FROM mcr.microsoft.com/dotnet/aspnet:8.0 AS base
USER $APP_UID
WORKDIR /app
EXPOSE 8080
EXPOSE 8081 

Though its my understand EXPOSE doesn't really do anything.

[v-vish]

@chinwobble I have successfully reproduced the issue by updating a container app using Nginx in the East US region, and the update was completed with zero downtime. To monitor the service status during the update, I used the watch and wget tools.

Could you try deploying a new container using the same setup but with a different image, such as Nginx, and provide an update on the results?
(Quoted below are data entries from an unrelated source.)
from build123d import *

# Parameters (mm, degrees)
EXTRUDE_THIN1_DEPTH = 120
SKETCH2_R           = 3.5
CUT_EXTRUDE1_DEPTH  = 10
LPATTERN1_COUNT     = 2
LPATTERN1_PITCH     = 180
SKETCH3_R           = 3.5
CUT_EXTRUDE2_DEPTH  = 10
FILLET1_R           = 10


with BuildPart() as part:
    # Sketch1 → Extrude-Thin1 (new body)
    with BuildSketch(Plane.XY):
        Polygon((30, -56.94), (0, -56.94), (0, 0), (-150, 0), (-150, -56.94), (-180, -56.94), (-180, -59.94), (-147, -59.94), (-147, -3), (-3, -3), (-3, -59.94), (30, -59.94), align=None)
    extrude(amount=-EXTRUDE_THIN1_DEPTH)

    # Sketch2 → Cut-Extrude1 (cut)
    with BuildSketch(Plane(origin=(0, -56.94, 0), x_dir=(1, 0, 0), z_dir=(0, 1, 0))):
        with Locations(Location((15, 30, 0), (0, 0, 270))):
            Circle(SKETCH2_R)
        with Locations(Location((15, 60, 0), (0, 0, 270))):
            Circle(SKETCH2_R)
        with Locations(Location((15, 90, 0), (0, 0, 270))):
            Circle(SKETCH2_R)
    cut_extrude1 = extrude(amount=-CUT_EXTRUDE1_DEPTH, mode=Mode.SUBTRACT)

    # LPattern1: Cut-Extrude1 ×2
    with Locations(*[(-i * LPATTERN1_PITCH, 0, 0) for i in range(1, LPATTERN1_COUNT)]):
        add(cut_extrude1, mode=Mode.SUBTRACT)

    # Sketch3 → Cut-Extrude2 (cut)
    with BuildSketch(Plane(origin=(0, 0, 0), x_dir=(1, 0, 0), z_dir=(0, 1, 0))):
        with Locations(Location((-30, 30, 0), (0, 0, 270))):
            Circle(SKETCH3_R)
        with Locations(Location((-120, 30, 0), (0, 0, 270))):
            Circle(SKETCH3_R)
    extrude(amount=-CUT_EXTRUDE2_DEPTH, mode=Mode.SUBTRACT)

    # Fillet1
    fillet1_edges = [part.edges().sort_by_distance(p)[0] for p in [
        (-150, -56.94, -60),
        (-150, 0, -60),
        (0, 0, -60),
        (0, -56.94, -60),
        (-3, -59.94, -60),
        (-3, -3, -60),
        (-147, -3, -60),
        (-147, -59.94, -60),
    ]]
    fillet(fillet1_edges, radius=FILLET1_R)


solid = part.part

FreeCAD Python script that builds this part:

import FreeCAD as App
import Part
import Sketcher


def edges_at(feature, points):
    """Names of the edges that pass closest to the given points."""
    edges = feature.Shape.Edges
    near = lambda p: min(range(len(edges)), key=lambda i: edges[i].distToShape(Part.Vertex(*p))[0])
    return sorted({f"Edge{near(p) + 1}" for p in points})

doc = App.newDocument("Part")
body = doc.addObject("PartDesign::Body", "Body")

sketch1 = body.newObject("Sketcher::SketchObject", "Sketch")
sketch1.AttachmentSupport = (doc.getObject("XY_Plane"), [""])
sketch1.MapMode = "FlatFace"
sketch1.addGeometry(Part.LineSegment(App.Vector(30, -56.9, 0), App.Vector(0, -56.9, 0)), False)
sketch1.addGeometry(Part.LineSegment(App.Vector(0, -56.9, 0), App.Vector(0, 0, 0)), False)
sketch1.addGeometry(Part.LineSegment(App.Vector(0, 0, 0), App.Vector(-150, 0, 0)), False)
sketch1.addGeometry(Part.LineSegment(App.Vector(-150, 0, 0), App.Vector(-150, -56.9, 0)), False)
sketch1.addGeometry(Part.LineSegment(App.Vector(-150, -56.9, 0), App.Vector(-180, -56.9, 0)), False)
sketch1.addGeometry(Part.LineSegment(App.Vector(-180, -56.9, 0), App.Vector(-180, -59.9, 0)), False)
sketch1.addGeometry(Part.LineSegment(App.Vector(-180, -59.9, 0), App.Vector(-147, -59.9, 0)), False)
sketch1.addGeometry(Part.LineSegment(App.Vector(-147, -59.9, 0), App.Vector(-147, -3, 0)), False)
sketch1.addGeometry(Part.LineSegment(App.Vector(-147, -3, 0), App.Vector(-3, -3, 0)), False)
sketch1.addGeometry(Part.LineSegment(App.Vector(-3, -3, 0), App.Vector(-3, -59.9, 0)), False)
sketch1.addGeometry(Part.LineSegment(App.Vector(-3, -59.9, 0), App.Vector(30, -59.9, 0)), False)
sketch1.addGeometry(Part.LineSegment(App.Vector(30, -59.9, 0), App.Vector(30, -56.9, 0)), False)
sketch1.addConstraint(Sketcher.Constraint("Coincident", 0, 2, 1, 1))
sketch1.addConstraint(Sketcher.Constraint("Coincident", 1, 2, 2, 1))
sketch1.addConstraint(Sketcher.Constraint("Coincident", 2, 2, 3, 1))
sketch1.addConstraint(Sketcher.Constraint("Coincident", 3, 2, 4, 1))
sketch1.addConstraint(Sketcher.Constraint("Coincident", 4, 2, 5, 1))
sketch1.addConstraint(Sketcher.Constraint("Coincident", 5, 2, 6, 1))
sketch1.addConstraint(Sketcher.Constraint("Coincident", 6, 2, 7, 1))
sketch1.addConstraint(Sketcher.Constraint("Coincident", 7, 2, 8, 1))
sketch1.addConstraint(Sketcher.Constraint("Coincident", 8, 2, 9, 1))
sketch1.addConstraint(Sketcher.Constraint("Coincident", 9, 2, 10, 1))
sketch1.addConstraint(Sketcher.Constraint("Coincident", 10, 2, 11, 1))
sketch1.addConstraint(Sketcher.Constraint("Coincident", 11, 2, 0, 1))
sketch1.addConstraint(Sketcher.Constraint("Horizontal", 0))
sketch1.addConstraint(Sketcher.Constraint("Vertical", 1))
sketch1.addConstraint(Sketcher.Constraint("Horizontal", 2))
sketch1.addConstraint(Sketcher.Constraint("Vertical", 3))
sketch1.addConstraint(Sketcher.Constraint("Horizontal", 4))
sketch1.addConstraint(Sketcher.Constraint("Vertical", 5))
sketch1.addConstraint(Sketcher.Constraint("Horizontal", 6))
sketch1.addConstraint(Sketcher.Constraint("Vertical", 7))
sketch1.addConstraint(Sketcher.Constraint("Horizontal", 8))
sketch1.addConstraint(Sketcher.Constraint("Vertical", 9))
sketch1.addConstraint(Sketcher.Constraint("Horizontal", 10))
sketch1.addConstraint(Sketcher.Constraint("Vertical", 11))
sketch1.addConstraint(Sketcher.Constraint("Coincident", 1, 2, -1, 1))
sketch1.addConstraint(Sketcher.Constraint("Horizontal", 0, 2, 3, 2))
sketch1.addConstraint(Sketcher.Constraint("Horizontal", 6, 2, 9, 2))
sketch1.addConstraint(Sketcher.Constraint("Equal", 0, 4))
sketch1.addConstraint(Sketcher.Constraint("Equal", 6, 10))
sketch1.addConstraint(Sketcher.Constraint("Equal", 3, 7))
sketch1.addConstraint(Sketcher.Constraint("DistanceX", 0, 2, 0, 1, 30.0))
sketch1.addConstraint(Sketcher.Constraint("DistanceX", 2, 2, 2, 1, 150.0))
sketch1.addConstraint(Sketcher.Constraint("DistanceX", 6, 1, 6, 2, 33.0))
sketch1.addConstraint(Sketcher.Constraint("DistanceY", 5, 2, 5, 1, 3.0))
sketch1.addConstraint(Sketcher.Constraint("DistanceY", 1, 1, 1, 2, 56.94))
pad1 = body.newObject("PartDesign::Pad", "Pad")
pad1.Profile = sketch1
pad1.Length = 120
pad1.Reversed = True

sketch2 = body.newObject("Sketcher::SketchObject", "Sketch001")
sketch2.AttachmentSupport = (doc.getObject("XZ_Plane"), [""])
sketch2.MapMode = "FlatFace"
sketch2.AttachmentOffset = App.Placement(App.Vector(0, 0, 56.94), App.Rotation())
sketch2.addGeometry(Part.Circle(App.Vector(15, -30, 0), App.Vector(0, 0, 1), 3.5), False)
sketch2.addGeometry(Part.Circle(App.Vector(15, -60, 0), App.Vector(0, 0, 1), 3.5), False)
sketch2.addGeometry(Part.Circle(App.Vector(15, -90, 0), App.Vector(0, 0, 1), 3.5), False)
sketch2.addConstraint(Sketcher.Constraint("Equal", 0, 1))
sketch2.addConstraint(Sketcher.Constraint("Equal", 1, 2))
sketch2.addConstraint(Sketcher.Constraint("Vertical", 0, 3, 1, 3))
sketch2.addConstraint(Sketcher.Constraint("Vertical", 1, 3, 2, 3))
sketch2.addConstraint(Sketcher.Constraint("Diameter", 0, 7.0))
sketch2.addConstraint(Sketcher.Constraint("DistanceX", -1, 1, 0, 3, 15.0))
sketch2.addConstraint(Sketcher.Constraint("DistanceY", 0, 3, -1, 1, 30.0))
sketch2.addConstraint(Sketcher.Constraint("DistanceY", 1, 3, -1, 1, 60.0))
sketch2.addConstraint(Sketcher.Constraint("DistanceY", 2, 3, -1, 1, 90.0))
pocket1 = body.newObject("PartDesign::Pocket", "Pocket")
pocket1.Profile = sketch2
pocket1.Length = 10
pocket1.Reversed = True
doc.recompute()

linearpattern = body.newObject("PartDesign::LinearPattern", "LinearPattern")
linearpattern.Originals = [pocket1]
linearpattern.Direction = (doc.getObject("X_Axis"), [""])
linearpattern.Mode = "offset"
linearpattern.Offset = 180
linearpattern.Occurrences = 2
linearpattern.Reversed = True
body.Tip = linearpattern

sketch3 = body.newObject("Sketcher::SketchObject", "Sketch002")
sketch3.AttachmentSupport = (doc.getObject("XZ_Plane"), [""])
sketch3.MapMode = "FlatFace"
sketch3.addGeometry(Part.Circle(App.Vector(-30, -30, 0), App.Vector(0, 0, 1), 3.5), False)
sketch3.addGeometry(Part.Circle(App.Vector(-120, -30, 0), App.Vector(0, 0, 1), 3.5), False)
sketch3.addConstraint(Sketcher.Constraint("Equal", 0, 1))
sketch3.addConstraint(Sketcher.Constraint("Horizontal", 0, 3, 1, 3))
sketch3.addConstraint(Sketcher.Constraint("Diameter", 0, 7.0))
sketch3.addConstraint(Sketcher.Constraint("DistanceX", 0, 3, -1, 1, 30.0))
sketch3.addConstraint(Sketcher.Constraint("DistanceY", 0, 3, -1, 1, 30.0))
sketch3.addConstraint(Sketcher.Constraint("DistanceX", 1, 3, -1, 1, 120.0))
pocket2 = body.newObject("PartDesign::Pocket", "Pocket001")
pocket2.Profile = sketch3
pocket2.Length = 10
pocket2.Reversed = True
doc.recompute()

fillet = body.newObject("PartDesign::Fillet", "Fillet")
fillet.Base = (pocket2, edges_at(pocket2, [
    (-150, -56.94, -60),
    (-150, 0, -60),
    (0, 0, -60),
    (0, -56.94, -60),
    (-3, -59.94, -60),
    (-3, -3, -60),
    (-147, -3, -60),
    (-147, -59.94, -60),
]))
fillet.Radius = 10

doc.recompute()
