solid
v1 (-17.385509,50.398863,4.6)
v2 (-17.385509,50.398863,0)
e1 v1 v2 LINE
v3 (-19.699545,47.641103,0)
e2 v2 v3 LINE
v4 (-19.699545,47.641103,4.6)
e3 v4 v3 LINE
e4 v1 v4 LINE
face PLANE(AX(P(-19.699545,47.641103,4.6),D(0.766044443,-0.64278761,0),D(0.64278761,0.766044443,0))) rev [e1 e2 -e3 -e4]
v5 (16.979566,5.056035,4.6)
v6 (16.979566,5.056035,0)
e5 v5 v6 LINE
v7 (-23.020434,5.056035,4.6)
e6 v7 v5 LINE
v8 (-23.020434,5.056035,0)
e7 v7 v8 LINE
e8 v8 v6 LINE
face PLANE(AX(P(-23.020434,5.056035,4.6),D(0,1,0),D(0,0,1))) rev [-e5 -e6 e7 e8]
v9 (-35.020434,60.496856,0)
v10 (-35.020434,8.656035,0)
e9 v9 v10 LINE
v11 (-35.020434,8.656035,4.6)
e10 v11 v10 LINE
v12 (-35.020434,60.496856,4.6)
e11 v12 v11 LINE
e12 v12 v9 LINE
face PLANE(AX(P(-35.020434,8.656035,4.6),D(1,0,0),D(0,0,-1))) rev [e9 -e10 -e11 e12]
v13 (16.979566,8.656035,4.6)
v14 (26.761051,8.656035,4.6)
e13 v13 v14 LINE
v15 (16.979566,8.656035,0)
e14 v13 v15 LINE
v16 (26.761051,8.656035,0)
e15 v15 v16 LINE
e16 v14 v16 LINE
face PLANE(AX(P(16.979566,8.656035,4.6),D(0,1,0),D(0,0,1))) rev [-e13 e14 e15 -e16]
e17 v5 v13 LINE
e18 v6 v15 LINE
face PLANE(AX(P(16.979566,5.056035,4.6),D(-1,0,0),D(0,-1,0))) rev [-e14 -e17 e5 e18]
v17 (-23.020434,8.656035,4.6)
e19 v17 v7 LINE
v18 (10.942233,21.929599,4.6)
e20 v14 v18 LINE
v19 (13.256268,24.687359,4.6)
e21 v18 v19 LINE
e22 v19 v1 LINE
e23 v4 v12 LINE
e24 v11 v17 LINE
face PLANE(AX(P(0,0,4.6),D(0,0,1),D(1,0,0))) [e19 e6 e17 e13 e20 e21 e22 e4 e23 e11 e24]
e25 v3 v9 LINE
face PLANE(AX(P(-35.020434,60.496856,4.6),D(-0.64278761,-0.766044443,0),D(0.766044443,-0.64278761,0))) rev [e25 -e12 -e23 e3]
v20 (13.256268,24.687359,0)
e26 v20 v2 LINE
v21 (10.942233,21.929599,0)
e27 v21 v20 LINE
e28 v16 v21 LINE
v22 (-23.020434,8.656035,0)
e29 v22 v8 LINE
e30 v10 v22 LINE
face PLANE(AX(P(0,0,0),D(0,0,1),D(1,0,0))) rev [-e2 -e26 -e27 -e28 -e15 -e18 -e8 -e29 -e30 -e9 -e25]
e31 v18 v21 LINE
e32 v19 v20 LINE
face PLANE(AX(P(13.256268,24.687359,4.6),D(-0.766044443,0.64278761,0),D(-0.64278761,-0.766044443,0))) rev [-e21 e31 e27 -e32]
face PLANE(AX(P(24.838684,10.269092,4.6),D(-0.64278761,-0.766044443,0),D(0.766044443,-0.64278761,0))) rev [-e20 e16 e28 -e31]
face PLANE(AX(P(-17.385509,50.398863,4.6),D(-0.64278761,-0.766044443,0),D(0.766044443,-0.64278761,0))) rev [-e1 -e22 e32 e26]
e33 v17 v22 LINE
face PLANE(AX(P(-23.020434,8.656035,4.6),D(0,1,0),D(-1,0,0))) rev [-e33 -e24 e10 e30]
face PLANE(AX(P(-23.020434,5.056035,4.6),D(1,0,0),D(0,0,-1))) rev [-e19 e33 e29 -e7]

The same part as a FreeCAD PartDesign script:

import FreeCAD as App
import Part
import Sketcher

V = App.Vector
Q = App.Units.Quantity

doc = App.newDocument("Part")
body = doc.addObject("PartDesign::Body", "Body")

sketch1 = body.newObject("Sketcher::SketchObject", "Sketch")
sketch1.AttachmentSupport = (doc.getObject("XY_Plane"), [""])
sketch1.MapMode = "FlatFace"
sketch1.addGeometry(Part.LineSegment(V(-23, 8.7, 0), V(-23, 5.1, 0)), False)
sketch1.addGeometry(Part.LineSegment(V(-23, 5.1, 0), V(17, 5.1, 0)), False)
sketch1.addGeometry(Part.LineSegment(V(17, 5.1, 0), V(17, 8.7, 0)), False)
sketch1.addGeometry(Part.LineSegment(V(17, 8.7, 0), V(26.8, 8.7, 0)), False)
sketch1.addGeometry(Part.LineSegment(V(26.8, 8.7, 0), V(25.7, 9.5, 0)), False)
sketch1.addGeometry(Part.LineSegment(V(25.7, 9.5, 0), V(24.8, 10.3, 0)), False)
sketch1.addGeometry(Part.LineSegment(V(24.8, 10.3, 0), V(10.9, 21.9, 0)), False)
sketch1.addGeometry(Part.LineSegment(V(10.9, 21.9, 0), V(13.3, 24.7, 0)), False)
sketch1.addGeometry(Part.LineSegment(V(13.3, 24.7, 0), V(-17.4, 50.4, 0)), False)
sketch1.addGeometry(Part.LineSegment(V(-17.4, 50.4, 0), V(-19.7, 47.6, 0)), False)
sketch1.addGeometry(Part.LineSegment(V(-19.7, 47.6, 0), V(-35, 60.5, 0)), False)
sketch1.addGeometry(Part.LineSegment(V(-35, 60.5, 0), V(-35, 8.7, 0)), False)
sketch1.addGeometry(Part.LineSegment(V(-35, 8.7, 0), V(-23, 8.7, 0)), False)
sketch1.addConstraint(Sketcher.Constraint("Coincident", 0, 2, 1, 1))
sketch1.addConstraint(Sketcher.Constraint("Coincident", 1, 2, 2, 1))
sketch1.addConstraint(Sketcher.Constraint("Coincident", 2, 2, 3, 1))
sketch1.addConstraint(Sketcher.Constraint("Coincident", 3, 2, 4, 1))
sketch1.addConstraint(Sketcher.Constraint("Coincident", 4, 2, 5, 1))
sketch1.addConstraint(Sketcher.Constraint("Coincident", 5, 2, 6, 1))
sketch1.addConstraint(Sketcher.Constraint("Coincident", 6, 2, 7, 1))
sketch1.addConstraint(Sketcher.Constraint("Coincident", 7, 2, 8, 1))
sketch1.addConstraint(Sketcher.Constraint("Coincident", 8, 2, 9, 1))
sketch1.addConstraint(Sketcher.Constraint("Coincident", 9, 2, 10, 1))
sketch1.addConstraint(Sketcher.Constraint("Coincident", 10, 2, 11, 1))
sketch1.addConstraint(Sketcher.Constraint("Coincident", 11, 2, 12, 1))
sketch1.addConstraint(Sketcher.Constraint("Coincident", 12, 2, 0, 1))
sketch1.addConstraint(Sketcher.Constraint("Vertical", 0))
sketch1.addConstraint(Sketcher.Constraint("Horizontal", 1))
sketch1.addConstraint(Sketcher.Constraint("Vertical", 2))
sketch1.addConstraint(Sketcher.Constraint("Horizontal", 3))
sketch1.addConstraint(Sketcher.Constraint("Vertical", 11))
sketch1.addConstraint(Sketcher.Constraint("Horizontal", 12))
sketch1.addConstraint(Sketcher.Constraint("Parallel", 4, 5))
sketch1.addConstraint(Sketcher.Constraint("Parallel", 5, 6))
sketch1.addConstraint(Sketcher.Constraint("Perpendicular", 6, 7))
sketch1.addConstraint(Sketcher.Constraint("Perpendicular", 7, 8))
sketch1.addConstraint(Sketcher.Constraint("Perpendicular", 8, 9))
sketch1.addConstraint(Sketcher.Constraint("Perpendicular", 9, 10))
sketch1.addConstraint(Sketcher.Constraint("Horizontal", 3, 2, 11, 2))
sketch1.addConstraint(Sketcher.Constraint("Equal", 7, 9))
sketch1.addConstraint(Sketcher.Constraint("DistanceX", 1, 1, 1, 2, Q("40 mm")))
sketch1.addConstraint(Sketcher.Constraint("DistanceX", 12, 1, 12, 2, Q("12 mm")))
sketch1.addConstraint(Sketcher.Constraint("Angle", 4, Q("140 deg")))
sketch1.addConstraint(Sketcher.Constraint("Distance", 8, Q("40 mm")))
sketch1.addConstraint(Sketcher.Constraint("Distance", 10, Q("20 mm")))
sketch1.addConstraint(Sketcher.Constraint("DistanceY", 0, 2, 0, 1, Q("3.6 mm")))
sketch1.addConstraint(Sketcher.Constraint("Distance", 7, Q("3.6 mm")))
sketch1.addConstraint(Sketcher.Constraint("DistanceY", 11, 2, 11, 1, Q("51.840821 mm")))
sketch1.addConstraint(Sketcher.Constraint("DistanceY", -1, 1, 6, 2, Q("21.929599 mm")))
sketch1.addConstraint(Sketcher.Constraint("Distance", 5, Q("1.127668 mm")))
sketch1.addConstraint(Sketcher.Constraint("Distance", 6, Q("18.140529 mm")))
sketch1.addConstraint(Sketcher.Constraint("DistanceX", -1, 1, 3, 2, Q("26.761051 mm")))
pad1 = body.newObject("PartDesign::Pad", "Pad")
pad1.Profile = sketch1
pad1.Length = 4.6

doc.recompute()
As for the second issue, could you adjust the period seconds value to something above 30 seconds and test again? Please let me know the outcome after making this change.

[chinwobble]

@chinwobble I have successfully reproduced the issue by updating a container app using Nginx in the East US region, and the update was completed with zero downtime. To monitor the service status during the update, I used the watch and wget tools.

Could you try deploying a new container using the same setup but with a different image, such as Nginx, and provide an update on the results?

As for the second issue, could you adjust the period seconds value to something above 30 seconds and test again? Please let me know the outcome after making this change.

thanks for looking into the issue for me. Was your container app in a custom vnet? I have setup the health probes and I can see the infra is trying to make the health probes but failing.

I will create a brand new app env and see what happens.

[v-vish]

@chinwobble Yes please create a brand new app env and let us know the status.

[microsoft-github-policy-service[bot]]

This issue has been automatically marked as stale because it has been marked as requiring author feedback but has not had any activity for 4 days. It will be closed if no further activity occurs within 3 days of this comment.